# New from MN, USA



## Rising_Flames (Jan 6, 2012)

I have 3 mice currently, all kept separate - two 'house mice', one male, and one female (our best bet, given size and assumed age is the male/buck is the father of the female, and to reduce line/in-breeding we determined it best to keep them separate. The third is a marked male (I'm assuming black, but I'll get pictures and let people who know more than I verify) who my friend was giving away.

They're all being kept separately until I can get them checked. Chances are the bucks are too mature to have any chance at living together, and if they are it will be simply sharing a tank that's been divided in half with a sheet of glass or plastic. I am, however, in the market to finding a female, even if only to keep my current one company.
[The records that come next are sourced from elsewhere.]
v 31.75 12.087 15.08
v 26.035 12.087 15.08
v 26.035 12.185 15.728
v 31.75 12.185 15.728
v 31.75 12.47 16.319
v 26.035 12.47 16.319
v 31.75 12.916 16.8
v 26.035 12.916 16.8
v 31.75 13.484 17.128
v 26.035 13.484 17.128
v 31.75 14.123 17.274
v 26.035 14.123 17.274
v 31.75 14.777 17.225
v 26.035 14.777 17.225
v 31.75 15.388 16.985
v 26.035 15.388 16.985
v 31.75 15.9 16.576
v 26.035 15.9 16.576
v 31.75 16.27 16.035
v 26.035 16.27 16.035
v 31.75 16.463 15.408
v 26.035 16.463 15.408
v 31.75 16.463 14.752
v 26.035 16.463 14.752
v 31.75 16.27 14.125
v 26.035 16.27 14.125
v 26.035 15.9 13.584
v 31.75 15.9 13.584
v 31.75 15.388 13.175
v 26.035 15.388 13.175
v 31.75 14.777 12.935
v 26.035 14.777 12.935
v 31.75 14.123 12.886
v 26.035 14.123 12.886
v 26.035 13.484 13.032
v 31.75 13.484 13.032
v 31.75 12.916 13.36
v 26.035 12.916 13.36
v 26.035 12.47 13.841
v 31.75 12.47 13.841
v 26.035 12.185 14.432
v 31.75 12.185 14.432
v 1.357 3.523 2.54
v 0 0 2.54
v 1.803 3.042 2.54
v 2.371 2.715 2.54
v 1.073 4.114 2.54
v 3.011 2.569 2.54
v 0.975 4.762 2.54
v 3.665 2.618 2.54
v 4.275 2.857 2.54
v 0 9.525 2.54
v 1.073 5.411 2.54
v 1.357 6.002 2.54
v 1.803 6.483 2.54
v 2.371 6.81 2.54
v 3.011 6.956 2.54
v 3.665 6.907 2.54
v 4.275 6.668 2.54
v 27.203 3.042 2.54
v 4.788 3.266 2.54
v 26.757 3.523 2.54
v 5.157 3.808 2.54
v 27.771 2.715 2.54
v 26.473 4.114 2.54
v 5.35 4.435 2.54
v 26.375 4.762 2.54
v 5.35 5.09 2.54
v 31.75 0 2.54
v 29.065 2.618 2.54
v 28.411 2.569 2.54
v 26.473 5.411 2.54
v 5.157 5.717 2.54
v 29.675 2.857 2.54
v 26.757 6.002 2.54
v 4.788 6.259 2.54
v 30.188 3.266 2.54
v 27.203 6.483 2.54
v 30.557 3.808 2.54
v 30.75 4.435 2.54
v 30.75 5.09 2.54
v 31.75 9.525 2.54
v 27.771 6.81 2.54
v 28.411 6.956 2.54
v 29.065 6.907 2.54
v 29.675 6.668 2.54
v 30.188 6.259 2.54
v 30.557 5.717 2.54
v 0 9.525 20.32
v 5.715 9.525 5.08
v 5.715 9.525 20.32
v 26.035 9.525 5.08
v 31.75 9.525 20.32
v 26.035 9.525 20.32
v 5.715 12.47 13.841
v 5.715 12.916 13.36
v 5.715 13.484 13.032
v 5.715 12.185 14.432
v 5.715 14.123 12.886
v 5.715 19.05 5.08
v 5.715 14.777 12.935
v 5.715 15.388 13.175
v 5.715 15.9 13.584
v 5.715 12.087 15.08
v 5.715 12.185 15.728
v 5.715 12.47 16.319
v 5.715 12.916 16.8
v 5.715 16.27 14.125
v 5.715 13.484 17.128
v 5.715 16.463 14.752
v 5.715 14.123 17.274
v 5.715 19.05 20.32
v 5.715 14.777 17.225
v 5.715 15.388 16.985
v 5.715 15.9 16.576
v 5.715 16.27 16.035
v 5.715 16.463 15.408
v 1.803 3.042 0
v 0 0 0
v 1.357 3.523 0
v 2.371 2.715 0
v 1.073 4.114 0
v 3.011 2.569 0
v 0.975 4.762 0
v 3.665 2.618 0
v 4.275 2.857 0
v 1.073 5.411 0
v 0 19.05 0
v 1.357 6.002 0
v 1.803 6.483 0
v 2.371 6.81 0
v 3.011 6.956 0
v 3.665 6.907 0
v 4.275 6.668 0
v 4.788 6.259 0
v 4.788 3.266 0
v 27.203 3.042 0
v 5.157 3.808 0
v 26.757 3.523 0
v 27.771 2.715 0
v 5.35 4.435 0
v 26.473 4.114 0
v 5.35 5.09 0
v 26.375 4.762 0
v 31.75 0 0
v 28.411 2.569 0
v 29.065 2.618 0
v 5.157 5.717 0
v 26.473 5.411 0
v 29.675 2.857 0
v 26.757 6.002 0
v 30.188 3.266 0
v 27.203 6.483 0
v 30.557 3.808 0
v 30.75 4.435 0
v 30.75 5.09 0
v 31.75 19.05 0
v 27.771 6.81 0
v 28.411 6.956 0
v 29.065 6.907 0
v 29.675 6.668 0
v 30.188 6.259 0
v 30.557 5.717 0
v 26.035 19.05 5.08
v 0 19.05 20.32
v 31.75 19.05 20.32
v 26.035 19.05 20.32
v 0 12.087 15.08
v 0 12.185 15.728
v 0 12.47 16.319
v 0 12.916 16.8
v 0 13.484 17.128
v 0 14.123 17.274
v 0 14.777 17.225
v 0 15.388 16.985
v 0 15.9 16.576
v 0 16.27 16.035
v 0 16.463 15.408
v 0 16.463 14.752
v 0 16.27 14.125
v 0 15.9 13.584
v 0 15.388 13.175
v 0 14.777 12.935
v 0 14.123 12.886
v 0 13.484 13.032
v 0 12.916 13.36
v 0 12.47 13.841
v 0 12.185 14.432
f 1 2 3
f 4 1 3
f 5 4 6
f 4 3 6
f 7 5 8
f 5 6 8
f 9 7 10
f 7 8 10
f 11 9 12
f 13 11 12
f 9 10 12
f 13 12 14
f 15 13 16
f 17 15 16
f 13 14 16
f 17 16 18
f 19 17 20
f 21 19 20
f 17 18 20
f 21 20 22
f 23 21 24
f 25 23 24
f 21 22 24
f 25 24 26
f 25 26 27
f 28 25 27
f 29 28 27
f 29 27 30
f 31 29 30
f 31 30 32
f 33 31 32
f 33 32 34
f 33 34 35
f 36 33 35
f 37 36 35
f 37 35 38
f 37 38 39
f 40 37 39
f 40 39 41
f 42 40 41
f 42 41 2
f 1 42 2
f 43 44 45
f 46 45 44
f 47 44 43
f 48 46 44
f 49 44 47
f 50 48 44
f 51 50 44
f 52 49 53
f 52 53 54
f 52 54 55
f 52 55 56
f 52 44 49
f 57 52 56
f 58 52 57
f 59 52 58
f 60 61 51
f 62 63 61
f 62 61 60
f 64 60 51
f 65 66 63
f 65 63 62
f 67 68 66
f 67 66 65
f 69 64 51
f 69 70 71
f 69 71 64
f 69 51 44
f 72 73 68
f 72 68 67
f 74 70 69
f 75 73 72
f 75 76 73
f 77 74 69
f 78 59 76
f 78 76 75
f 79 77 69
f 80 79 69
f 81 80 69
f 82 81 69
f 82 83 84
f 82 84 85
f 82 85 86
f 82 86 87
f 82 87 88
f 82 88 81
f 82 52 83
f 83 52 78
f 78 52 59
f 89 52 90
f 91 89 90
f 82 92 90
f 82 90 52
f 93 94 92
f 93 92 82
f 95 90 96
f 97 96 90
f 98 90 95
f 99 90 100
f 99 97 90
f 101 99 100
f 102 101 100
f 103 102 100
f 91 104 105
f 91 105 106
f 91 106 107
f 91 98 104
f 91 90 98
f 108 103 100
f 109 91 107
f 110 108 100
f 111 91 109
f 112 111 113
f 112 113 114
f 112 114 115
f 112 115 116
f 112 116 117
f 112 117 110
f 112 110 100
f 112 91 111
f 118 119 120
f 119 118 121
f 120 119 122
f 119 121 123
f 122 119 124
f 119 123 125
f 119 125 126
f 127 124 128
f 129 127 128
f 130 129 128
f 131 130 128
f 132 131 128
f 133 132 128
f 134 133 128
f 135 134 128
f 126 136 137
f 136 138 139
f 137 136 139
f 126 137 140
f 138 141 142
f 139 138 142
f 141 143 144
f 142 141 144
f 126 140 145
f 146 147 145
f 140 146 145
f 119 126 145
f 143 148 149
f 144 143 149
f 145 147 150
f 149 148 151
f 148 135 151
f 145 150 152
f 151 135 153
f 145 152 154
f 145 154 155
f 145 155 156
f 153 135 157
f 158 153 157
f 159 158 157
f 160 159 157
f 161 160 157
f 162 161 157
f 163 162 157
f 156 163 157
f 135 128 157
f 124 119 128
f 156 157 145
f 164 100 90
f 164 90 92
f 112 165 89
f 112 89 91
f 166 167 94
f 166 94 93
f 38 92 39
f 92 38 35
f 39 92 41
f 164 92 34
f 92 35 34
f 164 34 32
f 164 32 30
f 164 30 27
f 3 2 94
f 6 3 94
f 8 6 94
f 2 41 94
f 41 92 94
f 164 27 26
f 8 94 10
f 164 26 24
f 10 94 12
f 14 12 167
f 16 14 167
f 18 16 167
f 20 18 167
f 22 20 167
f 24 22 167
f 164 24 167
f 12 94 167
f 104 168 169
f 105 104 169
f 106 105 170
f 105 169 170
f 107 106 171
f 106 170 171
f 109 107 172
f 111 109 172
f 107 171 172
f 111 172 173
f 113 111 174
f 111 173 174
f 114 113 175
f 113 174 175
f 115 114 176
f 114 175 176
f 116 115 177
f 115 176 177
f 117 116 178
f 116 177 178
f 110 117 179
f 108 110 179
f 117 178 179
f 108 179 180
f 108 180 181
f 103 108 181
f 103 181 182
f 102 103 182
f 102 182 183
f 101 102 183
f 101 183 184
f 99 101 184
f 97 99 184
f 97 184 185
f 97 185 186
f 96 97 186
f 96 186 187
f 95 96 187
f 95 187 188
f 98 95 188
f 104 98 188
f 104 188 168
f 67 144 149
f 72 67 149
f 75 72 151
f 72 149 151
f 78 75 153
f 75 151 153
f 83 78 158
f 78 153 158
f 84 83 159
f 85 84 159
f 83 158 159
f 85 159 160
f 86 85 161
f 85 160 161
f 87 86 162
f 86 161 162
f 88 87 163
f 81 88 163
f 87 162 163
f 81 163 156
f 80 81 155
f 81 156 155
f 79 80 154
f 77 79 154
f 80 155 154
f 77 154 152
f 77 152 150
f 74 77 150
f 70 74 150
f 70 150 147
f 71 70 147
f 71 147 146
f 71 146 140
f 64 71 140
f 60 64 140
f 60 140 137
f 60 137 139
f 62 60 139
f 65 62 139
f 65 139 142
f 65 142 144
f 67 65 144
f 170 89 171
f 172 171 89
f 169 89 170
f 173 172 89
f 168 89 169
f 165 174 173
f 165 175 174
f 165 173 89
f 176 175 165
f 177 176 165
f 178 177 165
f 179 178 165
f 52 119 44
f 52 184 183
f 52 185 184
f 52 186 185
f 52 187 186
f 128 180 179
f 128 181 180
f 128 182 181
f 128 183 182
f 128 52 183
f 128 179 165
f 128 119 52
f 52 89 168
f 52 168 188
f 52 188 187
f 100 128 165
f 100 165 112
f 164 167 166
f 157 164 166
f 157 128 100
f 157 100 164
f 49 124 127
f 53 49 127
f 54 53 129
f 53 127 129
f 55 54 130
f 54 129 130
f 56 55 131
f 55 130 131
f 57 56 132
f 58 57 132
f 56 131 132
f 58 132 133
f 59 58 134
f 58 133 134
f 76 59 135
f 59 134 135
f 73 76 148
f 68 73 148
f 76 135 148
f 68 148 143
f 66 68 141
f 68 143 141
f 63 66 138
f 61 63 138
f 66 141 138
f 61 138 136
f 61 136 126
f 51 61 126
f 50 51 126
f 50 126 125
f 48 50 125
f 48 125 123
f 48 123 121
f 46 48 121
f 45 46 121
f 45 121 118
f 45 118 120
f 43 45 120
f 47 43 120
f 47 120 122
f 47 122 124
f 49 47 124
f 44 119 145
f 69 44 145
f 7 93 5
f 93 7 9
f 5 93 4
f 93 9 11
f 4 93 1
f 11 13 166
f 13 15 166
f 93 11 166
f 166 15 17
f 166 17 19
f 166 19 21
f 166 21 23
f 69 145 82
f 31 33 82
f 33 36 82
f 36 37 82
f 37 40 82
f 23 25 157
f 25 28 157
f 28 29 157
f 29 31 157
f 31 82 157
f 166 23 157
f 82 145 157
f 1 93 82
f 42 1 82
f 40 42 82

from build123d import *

# Parameters (mm, degrees)
F0_W     = 31.75
F0_H     = 19.05
F1_DEPTH = 20.32
F2_W     = 31.75
F2_H     = 9.525
F3_DEPTH = 17.78
F4_W     = 20.32
F4_H     = 9.525
F5_DEPTH = 15.24
F7_D     = 4.4
F9_D     = 4.4


with BuildPart() as f1:
    # F0 (on Top) → F1 (new body)
    with BuildSketch(Plane.XY):
        with Locations((15.875, 9.525)):
            Rectangle(F0_W, F0_H)
    extrude(amount=F1_DEPTH)

    # F2 (on face) → F3 (cut)
    with BuildSketch(Plane.XY.offset(20.32)):
        with Locations((15.875, 4.7625)):
            Rectangle(F2_W, F2_H)
    extrude(amount=-F3_DEPTH, mode=Mode.SUBTRACT)

    # F4 (on face) → F5 (cut)
    with BuildSketch(Plane.XY.offset(20.32)):
        with Locations((15.875, 14.2875)):
            Rectangle(F4_W, F4_H)
    extrude(amount=-F5_DEPTH, mode=Mode.SUBTRACT)

    # F7 (through all)
    with Locations(Plane.XY.offset(2.54)):
        with Locations((3.175, 4.7625), (28.575, 4.7625)):
            Hole(F7_D / 2)

    # F9 (through all)
    with Locations(Plane.YZ.offset(31.75)):
        with Locations((14.2875, 15.08)):
            Hole(F9_D / 2)


solid = f1.part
I don't plan on doing any breeding until I have had the chance to learn more about mouse behaviour and husbandry.


----------



## WoodWitch (Oct 18, 2009)

Welcome to our forum
:welcome1


----------



## The Boggit keeper (Mar 5, 2010)

Hi and Welcome!


----------



## moustress (Sep 25, 2009)

Howdy, neighbor!


----------



## Rising_Flames (Jan 6, 2012)

Thank you for the Welcomes!  And it's great to see another Minnesotan!


----------



## Frizzle (Oct 6, 2011)

Hello from Wisconsin, welcome to the forum!


----------